### Task item
For the entries below, count the lines that contain the word "centre" and reply with that number only.

------ Source data ------

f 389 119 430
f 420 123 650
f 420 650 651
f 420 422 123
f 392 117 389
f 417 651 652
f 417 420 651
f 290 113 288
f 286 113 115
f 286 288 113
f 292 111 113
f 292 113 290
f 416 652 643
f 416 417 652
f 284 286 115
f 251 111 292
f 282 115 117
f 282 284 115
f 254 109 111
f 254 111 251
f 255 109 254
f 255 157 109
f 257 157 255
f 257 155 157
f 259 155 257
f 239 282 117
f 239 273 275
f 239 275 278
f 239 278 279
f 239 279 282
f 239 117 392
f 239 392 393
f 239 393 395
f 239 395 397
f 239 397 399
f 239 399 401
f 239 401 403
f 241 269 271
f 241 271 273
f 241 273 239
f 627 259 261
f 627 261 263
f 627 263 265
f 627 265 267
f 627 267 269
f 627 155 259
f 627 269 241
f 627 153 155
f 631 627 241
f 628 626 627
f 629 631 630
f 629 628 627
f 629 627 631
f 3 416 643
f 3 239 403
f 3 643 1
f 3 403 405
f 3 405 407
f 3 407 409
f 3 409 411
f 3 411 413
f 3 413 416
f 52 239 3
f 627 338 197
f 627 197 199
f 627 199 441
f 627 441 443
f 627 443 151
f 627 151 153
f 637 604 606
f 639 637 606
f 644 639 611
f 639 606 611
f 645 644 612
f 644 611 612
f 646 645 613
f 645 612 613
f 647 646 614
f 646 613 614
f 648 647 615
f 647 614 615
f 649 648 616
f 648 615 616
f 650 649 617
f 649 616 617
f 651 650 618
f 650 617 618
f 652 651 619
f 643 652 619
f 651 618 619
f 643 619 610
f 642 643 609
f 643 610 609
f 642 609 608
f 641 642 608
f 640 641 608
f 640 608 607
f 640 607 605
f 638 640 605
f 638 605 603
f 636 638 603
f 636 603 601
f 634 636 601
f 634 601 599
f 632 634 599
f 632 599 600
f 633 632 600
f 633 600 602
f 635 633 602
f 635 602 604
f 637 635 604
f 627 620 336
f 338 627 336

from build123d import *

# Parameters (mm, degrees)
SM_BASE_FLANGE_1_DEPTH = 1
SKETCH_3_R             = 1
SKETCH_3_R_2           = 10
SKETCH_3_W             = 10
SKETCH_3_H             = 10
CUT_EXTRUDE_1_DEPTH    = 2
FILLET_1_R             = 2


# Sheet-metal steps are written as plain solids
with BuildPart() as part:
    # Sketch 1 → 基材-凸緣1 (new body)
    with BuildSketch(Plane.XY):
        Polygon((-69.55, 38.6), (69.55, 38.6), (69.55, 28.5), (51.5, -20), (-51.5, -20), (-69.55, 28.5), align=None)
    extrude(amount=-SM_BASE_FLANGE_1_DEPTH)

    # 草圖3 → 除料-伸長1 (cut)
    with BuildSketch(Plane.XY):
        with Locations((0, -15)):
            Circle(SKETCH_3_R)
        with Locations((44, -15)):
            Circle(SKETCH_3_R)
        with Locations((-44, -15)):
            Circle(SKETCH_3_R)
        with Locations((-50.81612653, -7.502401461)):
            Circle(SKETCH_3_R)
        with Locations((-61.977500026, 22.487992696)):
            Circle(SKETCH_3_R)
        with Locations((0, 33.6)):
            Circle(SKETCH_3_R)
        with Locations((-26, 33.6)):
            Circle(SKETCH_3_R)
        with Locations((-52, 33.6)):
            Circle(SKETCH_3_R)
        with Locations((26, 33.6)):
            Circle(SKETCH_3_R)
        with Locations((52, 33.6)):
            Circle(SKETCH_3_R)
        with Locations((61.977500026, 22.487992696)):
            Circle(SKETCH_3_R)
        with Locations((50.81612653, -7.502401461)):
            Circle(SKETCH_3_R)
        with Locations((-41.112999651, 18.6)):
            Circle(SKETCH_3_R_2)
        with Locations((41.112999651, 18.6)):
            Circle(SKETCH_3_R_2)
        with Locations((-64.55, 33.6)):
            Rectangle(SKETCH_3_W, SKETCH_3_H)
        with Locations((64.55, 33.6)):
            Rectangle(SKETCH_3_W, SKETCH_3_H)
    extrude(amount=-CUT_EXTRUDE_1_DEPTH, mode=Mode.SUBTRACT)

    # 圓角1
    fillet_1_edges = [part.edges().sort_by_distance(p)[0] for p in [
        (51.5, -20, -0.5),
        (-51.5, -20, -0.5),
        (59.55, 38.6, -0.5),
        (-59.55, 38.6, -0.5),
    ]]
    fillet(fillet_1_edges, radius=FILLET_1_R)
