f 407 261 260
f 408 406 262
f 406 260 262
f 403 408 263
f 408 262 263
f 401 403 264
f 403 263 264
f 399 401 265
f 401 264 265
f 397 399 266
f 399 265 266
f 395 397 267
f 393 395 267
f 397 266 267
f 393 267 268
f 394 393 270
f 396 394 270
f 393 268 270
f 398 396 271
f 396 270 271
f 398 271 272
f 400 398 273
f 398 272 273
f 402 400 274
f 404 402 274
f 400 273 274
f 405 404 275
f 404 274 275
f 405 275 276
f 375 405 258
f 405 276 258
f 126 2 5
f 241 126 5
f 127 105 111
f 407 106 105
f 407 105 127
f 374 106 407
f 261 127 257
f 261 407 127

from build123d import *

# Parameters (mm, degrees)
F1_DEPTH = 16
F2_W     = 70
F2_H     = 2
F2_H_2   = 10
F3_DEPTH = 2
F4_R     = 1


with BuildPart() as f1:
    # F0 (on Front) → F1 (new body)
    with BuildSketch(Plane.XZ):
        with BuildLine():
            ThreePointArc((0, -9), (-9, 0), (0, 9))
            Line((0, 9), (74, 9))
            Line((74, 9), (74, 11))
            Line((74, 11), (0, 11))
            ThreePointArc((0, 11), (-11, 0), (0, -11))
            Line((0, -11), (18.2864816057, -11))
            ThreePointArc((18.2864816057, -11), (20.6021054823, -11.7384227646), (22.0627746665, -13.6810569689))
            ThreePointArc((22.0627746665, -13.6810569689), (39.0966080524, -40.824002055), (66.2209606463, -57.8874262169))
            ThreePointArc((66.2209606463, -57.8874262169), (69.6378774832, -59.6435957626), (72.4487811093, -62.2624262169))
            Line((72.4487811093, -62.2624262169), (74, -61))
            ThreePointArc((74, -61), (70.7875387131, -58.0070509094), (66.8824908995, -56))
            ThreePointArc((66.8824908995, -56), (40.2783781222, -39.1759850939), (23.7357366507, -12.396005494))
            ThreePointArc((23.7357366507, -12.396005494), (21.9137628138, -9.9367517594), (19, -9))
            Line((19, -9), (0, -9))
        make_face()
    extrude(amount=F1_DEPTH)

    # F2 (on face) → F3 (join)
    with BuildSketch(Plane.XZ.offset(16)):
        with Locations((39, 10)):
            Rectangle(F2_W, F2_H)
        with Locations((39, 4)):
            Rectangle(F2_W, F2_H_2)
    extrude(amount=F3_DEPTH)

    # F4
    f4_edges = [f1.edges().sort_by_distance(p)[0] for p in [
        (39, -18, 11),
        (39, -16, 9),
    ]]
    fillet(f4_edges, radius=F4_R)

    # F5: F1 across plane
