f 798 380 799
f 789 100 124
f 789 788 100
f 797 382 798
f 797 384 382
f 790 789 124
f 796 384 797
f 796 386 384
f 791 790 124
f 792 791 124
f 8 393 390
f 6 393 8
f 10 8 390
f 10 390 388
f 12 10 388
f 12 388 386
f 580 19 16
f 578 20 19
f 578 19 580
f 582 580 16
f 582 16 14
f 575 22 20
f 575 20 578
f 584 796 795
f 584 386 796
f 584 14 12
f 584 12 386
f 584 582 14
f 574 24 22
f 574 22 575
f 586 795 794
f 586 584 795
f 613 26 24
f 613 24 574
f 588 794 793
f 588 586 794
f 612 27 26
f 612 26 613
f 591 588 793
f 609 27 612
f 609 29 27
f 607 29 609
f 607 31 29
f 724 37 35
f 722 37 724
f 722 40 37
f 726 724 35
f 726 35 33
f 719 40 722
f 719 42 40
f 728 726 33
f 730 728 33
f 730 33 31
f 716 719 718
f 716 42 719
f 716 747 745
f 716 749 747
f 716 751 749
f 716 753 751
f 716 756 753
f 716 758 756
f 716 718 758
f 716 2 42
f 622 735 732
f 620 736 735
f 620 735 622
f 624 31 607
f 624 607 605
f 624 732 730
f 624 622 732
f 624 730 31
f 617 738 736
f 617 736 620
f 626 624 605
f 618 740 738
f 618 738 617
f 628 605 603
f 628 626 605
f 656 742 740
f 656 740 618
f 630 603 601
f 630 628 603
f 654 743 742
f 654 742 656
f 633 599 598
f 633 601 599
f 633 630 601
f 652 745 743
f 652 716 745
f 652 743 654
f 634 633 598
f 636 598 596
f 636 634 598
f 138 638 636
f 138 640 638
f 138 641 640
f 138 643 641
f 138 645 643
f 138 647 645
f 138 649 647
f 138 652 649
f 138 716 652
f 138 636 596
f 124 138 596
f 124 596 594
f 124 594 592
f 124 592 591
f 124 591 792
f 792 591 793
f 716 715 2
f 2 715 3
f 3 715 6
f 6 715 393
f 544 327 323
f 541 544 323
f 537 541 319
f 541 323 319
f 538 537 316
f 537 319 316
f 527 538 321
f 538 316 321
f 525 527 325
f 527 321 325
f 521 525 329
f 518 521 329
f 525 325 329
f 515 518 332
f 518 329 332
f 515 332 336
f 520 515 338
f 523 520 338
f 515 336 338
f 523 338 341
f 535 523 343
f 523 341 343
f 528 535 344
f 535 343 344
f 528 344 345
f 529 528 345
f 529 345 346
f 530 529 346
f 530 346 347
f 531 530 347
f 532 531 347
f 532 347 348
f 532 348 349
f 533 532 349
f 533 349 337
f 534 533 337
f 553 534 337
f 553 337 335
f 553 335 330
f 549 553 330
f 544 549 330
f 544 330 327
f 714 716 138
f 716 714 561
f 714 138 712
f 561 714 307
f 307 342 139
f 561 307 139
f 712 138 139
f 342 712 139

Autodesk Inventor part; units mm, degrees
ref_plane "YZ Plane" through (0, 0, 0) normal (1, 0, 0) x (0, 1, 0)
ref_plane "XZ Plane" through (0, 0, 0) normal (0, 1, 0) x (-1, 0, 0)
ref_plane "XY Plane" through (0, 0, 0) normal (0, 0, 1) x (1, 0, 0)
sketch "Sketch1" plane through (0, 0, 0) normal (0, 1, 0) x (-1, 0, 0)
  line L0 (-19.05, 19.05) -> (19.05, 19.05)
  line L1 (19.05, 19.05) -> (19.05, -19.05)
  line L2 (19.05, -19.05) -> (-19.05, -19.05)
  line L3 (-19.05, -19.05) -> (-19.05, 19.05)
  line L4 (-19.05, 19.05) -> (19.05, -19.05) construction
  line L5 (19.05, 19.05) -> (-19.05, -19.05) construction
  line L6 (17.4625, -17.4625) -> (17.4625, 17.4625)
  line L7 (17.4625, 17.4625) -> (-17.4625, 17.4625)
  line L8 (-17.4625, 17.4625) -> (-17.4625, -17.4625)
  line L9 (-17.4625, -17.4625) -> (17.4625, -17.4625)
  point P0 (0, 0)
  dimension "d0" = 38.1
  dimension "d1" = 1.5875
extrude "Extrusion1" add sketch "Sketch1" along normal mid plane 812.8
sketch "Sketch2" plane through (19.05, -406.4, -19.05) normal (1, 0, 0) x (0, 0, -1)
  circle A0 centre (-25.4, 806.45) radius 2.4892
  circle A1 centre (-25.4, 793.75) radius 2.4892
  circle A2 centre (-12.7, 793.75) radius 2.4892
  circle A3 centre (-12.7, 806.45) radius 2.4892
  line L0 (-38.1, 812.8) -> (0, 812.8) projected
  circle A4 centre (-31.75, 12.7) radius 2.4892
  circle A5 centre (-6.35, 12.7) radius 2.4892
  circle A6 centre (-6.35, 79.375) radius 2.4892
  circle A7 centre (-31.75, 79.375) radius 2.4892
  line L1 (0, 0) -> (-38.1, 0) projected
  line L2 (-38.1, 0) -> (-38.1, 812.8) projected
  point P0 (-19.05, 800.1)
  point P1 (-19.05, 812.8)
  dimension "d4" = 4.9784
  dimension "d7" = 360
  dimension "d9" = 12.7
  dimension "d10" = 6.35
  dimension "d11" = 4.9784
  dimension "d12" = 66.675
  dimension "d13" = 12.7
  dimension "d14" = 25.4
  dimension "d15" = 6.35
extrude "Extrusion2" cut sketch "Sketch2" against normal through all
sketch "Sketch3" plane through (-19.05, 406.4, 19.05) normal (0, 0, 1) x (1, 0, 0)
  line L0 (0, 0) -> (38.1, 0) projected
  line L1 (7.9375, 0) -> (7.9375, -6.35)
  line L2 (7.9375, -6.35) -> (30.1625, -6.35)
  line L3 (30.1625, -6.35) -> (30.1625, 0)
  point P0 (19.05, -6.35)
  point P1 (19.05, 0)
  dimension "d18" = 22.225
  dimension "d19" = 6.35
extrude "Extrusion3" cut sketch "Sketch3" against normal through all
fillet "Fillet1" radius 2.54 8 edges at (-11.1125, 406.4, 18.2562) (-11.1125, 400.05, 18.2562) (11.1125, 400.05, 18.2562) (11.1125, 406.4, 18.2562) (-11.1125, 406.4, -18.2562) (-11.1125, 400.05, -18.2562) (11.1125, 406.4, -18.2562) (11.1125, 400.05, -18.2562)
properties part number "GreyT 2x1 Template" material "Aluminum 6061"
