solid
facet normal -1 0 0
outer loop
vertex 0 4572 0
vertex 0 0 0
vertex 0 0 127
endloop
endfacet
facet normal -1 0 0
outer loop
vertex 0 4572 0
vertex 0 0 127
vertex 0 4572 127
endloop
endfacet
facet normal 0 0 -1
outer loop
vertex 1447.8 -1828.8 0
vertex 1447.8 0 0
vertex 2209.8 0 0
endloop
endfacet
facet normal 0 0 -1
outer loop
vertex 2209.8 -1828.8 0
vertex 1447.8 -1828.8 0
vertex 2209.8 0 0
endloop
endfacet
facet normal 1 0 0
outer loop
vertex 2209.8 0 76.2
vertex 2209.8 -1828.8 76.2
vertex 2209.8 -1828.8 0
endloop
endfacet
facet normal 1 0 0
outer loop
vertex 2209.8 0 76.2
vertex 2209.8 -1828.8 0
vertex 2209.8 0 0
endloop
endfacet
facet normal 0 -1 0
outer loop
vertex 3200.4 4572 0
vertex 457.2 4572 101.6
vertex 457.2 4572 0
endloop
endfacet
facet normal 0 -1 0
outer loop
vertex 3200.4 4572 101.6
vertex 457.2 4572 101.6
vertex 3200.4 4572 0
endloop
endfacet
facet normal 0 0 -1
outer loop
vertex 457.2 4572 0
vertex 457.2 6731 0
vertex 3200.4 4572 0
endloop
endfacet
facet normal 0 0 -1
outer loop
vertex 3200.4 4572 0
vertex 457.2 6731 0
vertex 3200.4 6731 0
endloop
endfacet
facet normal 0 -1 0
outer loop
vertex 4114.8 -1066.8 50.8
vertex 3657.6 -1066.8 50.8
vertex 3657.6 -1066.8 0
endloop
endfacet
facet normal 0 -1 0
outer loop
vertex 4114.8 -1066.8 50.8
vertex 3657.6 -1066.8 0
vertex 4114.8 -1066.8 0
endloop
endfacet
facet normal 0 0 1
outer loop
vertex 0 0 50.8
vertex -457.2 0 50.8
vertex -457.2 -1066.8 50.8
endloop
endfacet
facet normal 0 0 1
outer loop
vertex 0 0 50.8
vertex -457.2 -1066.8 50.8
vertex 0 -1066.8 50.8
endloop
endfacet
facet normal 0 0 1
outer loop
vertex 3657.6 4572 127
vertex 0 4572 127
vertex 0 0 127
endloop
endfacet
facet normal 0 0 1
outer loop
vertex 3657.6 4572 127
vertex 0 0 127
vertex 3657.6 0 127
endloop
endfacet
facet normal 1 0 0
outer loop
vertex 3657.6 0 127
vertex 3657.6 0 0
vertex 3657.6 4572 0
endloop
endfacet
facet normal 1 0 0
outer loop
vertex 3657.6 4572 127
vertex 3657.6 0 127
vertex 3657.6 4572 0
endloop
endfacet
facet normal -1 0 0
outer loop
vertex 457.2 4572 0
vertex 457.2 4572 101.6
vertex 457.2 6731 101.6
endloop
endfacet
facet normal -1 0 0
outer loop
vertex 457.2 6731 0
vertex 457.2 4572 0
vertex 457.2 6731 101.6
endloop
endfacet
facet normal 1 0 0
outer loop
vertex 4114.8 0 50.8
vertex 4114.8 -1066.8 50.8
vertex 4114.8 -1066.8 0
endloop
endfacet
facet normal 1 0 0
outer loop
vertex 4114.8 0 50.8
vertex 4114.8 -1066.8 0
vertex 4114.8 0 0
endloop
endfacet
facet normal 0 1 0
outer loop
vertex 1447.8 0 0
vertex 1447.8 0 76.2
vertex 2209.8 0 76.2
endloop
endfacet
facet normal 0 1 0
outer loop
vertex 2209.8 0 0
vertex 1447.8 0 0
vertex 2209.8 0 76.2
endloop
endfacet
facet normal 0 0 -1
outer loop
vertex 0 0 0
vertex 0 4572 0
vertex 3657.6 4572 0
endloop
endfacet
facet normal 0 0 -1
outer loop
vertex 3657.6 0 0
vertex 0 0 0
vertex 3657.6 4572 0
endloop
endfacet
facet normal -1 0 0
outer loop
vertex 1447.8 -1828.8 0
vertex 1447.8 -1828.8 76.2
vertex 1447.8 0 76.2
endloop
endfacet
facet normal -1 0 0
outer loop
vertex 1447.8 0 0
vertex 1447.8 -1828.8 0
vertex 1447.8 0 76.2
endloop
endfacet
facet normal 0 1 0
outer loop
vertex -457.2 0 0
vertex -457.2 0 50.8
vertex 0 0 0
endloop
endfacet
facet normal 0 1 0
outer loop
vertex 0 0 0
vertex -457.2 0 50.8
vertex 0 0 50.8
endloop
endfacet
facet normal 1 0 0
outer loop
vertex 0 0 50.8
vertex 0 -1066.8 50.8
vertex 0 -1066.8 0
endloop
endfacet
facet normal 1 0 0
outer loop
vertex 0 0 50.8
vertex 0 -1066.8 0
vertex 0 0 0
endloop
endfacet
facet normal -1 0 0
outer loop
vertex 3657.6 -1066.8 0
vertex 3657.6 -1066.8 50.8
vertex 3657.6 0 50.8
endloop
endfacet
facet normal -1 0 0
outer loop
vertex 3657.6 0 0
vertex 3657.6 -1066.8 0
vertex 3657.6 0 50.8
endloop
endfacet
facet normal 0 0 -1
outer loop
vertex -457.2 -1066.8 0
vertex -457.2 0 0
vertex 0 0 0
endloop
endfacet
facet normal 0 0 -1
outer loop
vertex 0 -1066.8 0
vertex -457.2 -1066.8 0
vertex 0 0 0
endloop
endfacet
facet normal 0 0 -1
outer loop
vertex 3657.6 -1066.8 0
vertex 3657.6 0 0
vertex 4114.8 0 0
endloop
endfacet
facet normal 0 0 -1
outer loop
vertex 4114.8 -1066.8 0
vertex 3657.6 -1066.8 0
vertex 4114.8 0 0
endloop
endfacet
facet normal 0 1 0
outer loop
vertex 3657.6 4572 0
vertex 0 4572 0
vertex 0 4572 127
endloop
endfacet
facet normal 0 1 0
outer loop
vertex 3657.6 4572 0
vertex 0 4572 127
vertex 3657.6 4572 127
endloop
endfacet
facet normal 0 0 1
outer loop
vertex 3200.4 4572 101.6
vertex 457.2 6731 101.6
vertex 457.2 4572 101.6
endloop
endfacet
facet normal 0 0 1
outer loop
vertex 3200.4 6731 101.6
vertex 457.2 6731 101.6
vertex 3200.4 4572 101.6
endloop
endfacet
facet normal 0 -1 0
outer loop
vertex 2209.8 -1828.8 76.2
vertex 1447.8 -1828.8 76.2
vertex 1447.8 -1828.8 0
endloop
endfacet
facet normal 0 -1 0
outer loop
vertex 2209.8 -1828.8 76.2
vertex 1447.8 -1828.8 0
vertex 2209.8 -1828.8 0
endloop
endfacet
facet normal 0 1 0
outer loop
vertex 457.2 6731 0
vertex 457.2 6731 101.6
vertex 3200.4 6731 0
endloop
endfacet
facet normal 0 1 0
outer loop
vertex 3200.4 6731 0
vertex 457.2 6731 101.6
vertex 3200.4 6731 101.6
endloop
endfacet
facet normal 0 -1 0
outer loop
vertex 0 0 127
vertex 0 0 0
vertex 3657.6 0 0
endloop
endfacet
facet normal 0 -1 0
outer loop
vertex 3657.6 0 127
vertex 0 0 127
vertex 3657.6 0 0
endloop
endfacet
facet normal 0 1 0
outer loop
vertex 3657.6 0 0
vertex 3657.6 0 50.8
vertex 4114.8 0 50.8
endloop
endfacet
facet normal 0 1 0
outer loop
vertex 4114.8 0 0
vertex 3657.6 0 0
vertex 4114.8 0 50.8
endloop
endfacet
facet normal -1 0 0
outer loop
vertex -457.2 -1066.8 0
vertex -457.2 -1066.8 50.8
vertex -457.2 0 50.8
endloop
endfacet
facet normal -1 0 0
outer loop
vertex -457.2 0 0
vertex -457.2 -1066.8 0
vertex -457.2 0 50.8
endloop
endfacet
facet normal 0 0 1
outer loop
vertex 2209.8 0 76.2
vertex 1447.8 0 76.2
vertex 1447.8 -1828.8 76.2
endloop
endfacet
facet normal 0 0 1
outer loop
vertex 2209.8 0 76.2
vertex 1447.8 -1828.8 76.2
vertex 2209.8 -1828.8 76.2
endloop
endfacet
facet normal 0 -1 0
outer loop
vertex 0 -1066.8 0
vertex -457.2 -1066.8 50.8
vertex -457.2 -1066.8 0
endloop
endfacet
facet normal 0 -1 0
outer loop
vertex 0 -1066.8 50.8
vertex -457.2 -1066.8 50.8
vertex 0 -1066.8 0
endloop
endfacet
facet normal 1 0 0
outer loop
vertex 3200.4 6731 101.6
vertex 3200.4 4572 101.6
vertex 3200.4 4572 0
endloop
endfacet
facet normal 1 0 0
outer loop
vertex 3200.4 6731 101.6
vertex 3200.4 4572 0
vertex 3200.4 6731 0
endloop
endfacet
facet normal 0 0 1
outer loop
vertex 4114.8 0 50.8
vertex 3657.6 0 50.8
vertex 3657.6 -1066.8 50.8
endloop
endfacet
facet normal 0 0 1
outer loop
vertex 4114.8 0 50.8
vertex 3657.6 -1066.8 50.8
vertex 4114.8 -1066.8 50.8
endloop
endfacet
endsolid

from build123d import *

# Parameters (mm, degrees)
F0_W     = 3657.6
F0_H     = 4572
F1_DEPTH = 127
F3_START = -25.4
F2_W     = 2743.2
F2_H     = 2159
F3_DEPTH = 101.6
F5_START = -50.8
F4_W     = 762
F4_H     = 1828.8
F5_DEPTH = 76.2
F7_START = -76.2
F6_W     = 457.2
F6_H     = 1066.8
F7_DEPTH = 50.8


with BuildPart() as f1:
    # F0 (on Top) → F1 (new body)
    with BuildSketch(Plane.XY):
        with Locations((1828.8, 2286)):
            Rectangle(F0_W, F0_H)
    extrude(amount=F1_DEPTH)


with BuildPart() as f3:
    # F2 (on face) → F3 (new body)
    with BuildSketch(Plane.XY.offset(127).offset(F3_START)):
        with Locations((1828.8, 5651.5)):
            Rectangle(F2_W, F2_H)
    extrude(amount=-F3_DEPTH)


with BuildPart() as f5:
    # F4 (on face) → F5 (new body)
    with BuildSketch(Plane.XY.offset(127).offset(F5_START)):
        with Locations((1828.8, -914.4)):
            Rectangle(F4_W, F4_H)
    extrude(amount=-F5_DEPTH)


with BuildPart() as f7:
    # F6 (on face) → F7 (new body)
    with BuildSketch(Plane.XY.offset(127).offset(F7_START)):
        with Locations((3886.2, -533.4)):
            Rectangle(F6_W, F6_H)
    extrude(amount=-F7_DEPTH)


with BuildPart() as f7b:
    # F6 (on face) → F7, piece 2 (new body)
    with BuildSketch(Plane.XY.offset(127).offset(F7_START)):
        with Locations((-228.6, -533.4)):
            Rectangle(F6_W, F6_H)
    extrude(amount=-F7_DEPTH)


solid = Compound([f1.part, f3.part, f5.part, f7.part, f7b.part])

------

### Written answer
8